What to do: Your task is to reproduce exactly the lines that run from the beginning of the data through the line where "e12 v11 v12 LINE" appears.

+ + + + +

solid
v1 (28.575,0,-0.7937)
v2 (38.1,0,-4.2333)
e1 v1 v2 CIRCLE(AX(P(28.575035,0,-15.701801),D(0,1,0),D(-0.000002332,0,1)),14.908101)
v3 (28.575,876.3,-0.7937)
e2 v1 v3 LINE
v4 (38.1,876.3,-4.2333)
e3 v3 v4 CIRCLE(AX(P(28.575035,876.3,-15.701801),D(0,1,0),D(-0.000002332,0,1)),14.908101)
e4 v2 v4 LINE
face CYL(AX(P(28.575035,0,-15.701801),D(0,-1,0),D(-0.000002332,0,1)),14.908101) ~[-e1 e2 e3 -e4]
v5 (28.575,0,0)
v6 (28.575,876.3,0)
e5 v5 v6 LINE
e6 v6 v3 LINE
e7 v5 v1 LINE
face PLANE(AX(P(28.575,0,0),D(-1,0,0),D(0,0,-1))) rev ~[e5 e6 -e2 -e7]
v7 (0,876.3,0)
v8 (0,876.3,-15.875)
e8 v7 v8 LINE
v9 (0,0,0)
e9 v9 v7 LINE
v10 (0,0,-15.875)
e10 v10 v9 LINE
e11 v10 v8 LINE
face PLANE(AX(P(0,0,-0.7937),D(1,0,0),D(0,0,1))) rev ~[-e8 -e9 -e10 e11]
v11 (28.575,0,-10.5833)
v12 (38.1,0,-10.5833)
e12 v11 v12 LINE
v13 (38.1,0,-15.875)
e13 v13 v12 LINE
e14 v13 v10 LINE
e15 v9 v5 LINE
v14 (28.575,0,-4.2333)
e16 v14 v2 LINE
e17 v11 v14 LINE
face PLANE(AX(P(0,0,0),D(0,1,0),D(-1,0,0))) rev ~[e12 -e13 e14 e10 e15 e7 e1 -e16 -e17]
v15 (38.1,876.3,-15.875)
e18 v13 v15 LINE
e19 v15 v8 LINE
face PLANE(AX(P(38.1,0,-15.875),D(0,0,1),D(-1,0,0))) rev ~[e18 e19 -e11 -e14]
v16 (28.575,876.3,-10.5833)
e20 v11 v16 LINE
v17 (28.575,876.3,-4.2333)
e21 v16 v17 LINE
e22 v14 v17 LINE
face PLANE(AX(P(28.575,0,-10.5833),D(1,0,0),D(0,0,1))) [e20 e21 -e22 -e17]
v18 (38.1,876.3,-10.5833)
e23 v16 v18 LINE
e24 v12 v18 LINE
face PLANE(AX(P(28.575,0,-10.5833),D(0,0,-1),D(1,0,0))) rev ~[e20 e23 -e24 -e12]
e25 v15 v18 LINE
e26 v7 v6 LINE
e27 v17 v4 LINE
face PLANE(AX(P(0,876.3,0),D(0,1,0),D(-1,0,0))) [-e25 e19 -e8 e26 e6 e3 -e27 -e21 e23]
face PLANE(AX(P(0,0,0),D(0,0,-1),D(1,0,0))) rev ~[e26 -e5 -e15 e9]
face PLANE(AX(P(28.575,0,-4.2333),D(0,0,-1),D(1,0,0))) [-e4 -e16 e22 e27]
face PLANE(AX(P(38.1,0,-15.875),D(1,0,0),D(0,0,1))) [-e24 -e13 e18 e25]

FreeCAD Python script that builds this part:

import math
import FreeCAD as App
import Part
import Sketcher

V = App.Vector
Q = App.Units.Quantity

doc = App.newDocument("Part")
body = doc.addObject("PartDesign::Body", "Body")

sketch1 = body.newObject("Sketcher::SketchObject", "Sketch")
sketch1.AttachmentSupport = (doc.getObject("XZ_Plane"), [""])
sketch1.MapMode = "FlatFace"
sketch1.addGeometry([
    Part.LineSegment(V(0, 0, 0), V(28.6, 0, 0)),
    Part.LineSegment(V(28.6, 0, 0), V(28.6, -0.8, 0)),
    Part.ArcOfCircle(Part.Circle(V(28.6, -15.7, 0), V(0, 0, 1), 14.9), math.radians(50), math.radians(90)),
    Part.LineSegment(V(38.1, -4.2, 0), V(28.6, -4.2, 0)),
    Part.LineSegment(V(28.6, -4.2, 0), V(28.6, -10.6, 0)),
    Part.LineSegment(V(28.6, -10.6, 0), V(38.1, -10.6, 0)),
    Part.LineSegment(V(38.1, -10.6, 0), V(38.1, -15.9, 0)),
    Part.LineSegment(V(38.1, -15.9, 0), V(0, -15.9, 0)),
    Part.LineSegment(V(0, -15.9, 0), V(0, 0, 0)),
], False)
sketch1.addConstraint([
    Sketcher.Constraint("Coincident", 0, 2, 1, 1),
    Sketcher.Constraint("Coincident", 1, 2, 2, 2),
    Sketcher.Constraint("Coincident", 2, 1, 3, 1),
    Sketcher.Constraint("Coincident", 3, 2, 4, 1),
    Sketcher.Constraint("Coincident", 4, 2, 5, 1),
    Sketcher.Constraint("Coincident", 5, 2, 6, 1),
    Sketcher.Constraint("Coincident", 6, 2, 7, 1),
    Sketcher.Constraint("Coincident", 7, 2, 8, 1),
    Sketcher.Constraint("Coincident", 8, 2, 0, 1),
    Sketcher.Constraint("Horizontal", 0),
    Sketcher.Constraint("Vertical", 1),
    Sketcher.Constraint("Horizontal", 3),
    Sketcher.Constraint("Vertical", 4),
    Sketcher.Constraint("Horizontal", 5),
    Sketcher.Constraint("Vertical", 6),
    Sketcher.Constraint("Horizontal", 7),
    Sketcher.Constraint("Vertical", 8),
    Sketcher.Constraint("Coincident", 8, 2, -1, 1),
    Sketcher.Constraint("Vertical", 2, 3, 0, 2),
    Sketcher.Constraint("Vertical", 1, 2, 3, 2),
    Sketcher.Constraint("Vertical", 2, 1, 5, 2),
    Sketcher.Constraint("DistanceX", 7, 2, 7, 1, Q("1.5 in")),
    Sketcher.Constraint("DistanceY", 4, 2, 4, 1, Q("0.25 in")),
    Sketcher.Constraint("DistanceX", 0, 1, 0, 2, Q("1.125 in")),
    Sketcher.Constraint("DistanceY", 1, 2, 1, 1, Q("0.031248 in")),
    Sketcher.Constraint("DistanceY", 8, 1, 8, 2, Q("0.625 in")),
    Sketcher.Constraint("Radius", 2, 14.9083),
])
pad1 = body.newObject("PartDesign::Pad", "Pad")
pad1.Profile = sketch1
pad1.Length = Q("34.5 in")
pad1.Reversed = True

doc.recompute()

+ + + + +

Exercise answer:
solid
v1 (28.575,0,-0.7937)
v2 (38.1,0,-4.2333)
e1 v1 v2 CIRCLE(AX(P(28.575035,0,-15.701801),D(0,1,0),D(-0.000002332,0,1)),14.908101)
v3 (28.575,876.3,-0.7937)
e2 v1 v3 LINE
v4 (38.1,876.3,-4.2333)
e3 v3 v4 CIRCLE(AX(P(28.575035,876.3,-15.701801),D(0,1,0),D(-0.000002332,0,1)),14.908101)
e4 v2 v4 LINE
face CYL(AX(P(28.575035,0,-15.701801),D(0,-1,0),D(-0.000002332,0,1)),14.908101) ~[-e1 e2 e3 -e4]
v5 (28.575,0,0)
v6 (28.575,876.3,0)
e5 v5 v6 LINE
e6 v6 v3 LINE
e7 v5 v1 LINE
face PLANE(AX(P(28.575,0,0),D(-1,0,0),D(0,0,-1))) rev ~[e5 e6 -e2 -e7]
v7 (0,876.3,0)
v8 (0,876.3,-15.875)
e8 v7 v8 LINE
v9 (0,0,0)
e9 v9 v7 LINE
v10 (0,0,-15.875)
e10 v10 v9 LINE
e11 v10 v8 LINE
face PLANE(AX(P(0,0,-0.7937),D(1,0,0),D(0,0,1))) rev ~[-e8 -e9 -e10 e11]
v11 (28.575,0,-10.5833)
v12 (38.1,0,-10.5833)
e12 v11 v12 LINE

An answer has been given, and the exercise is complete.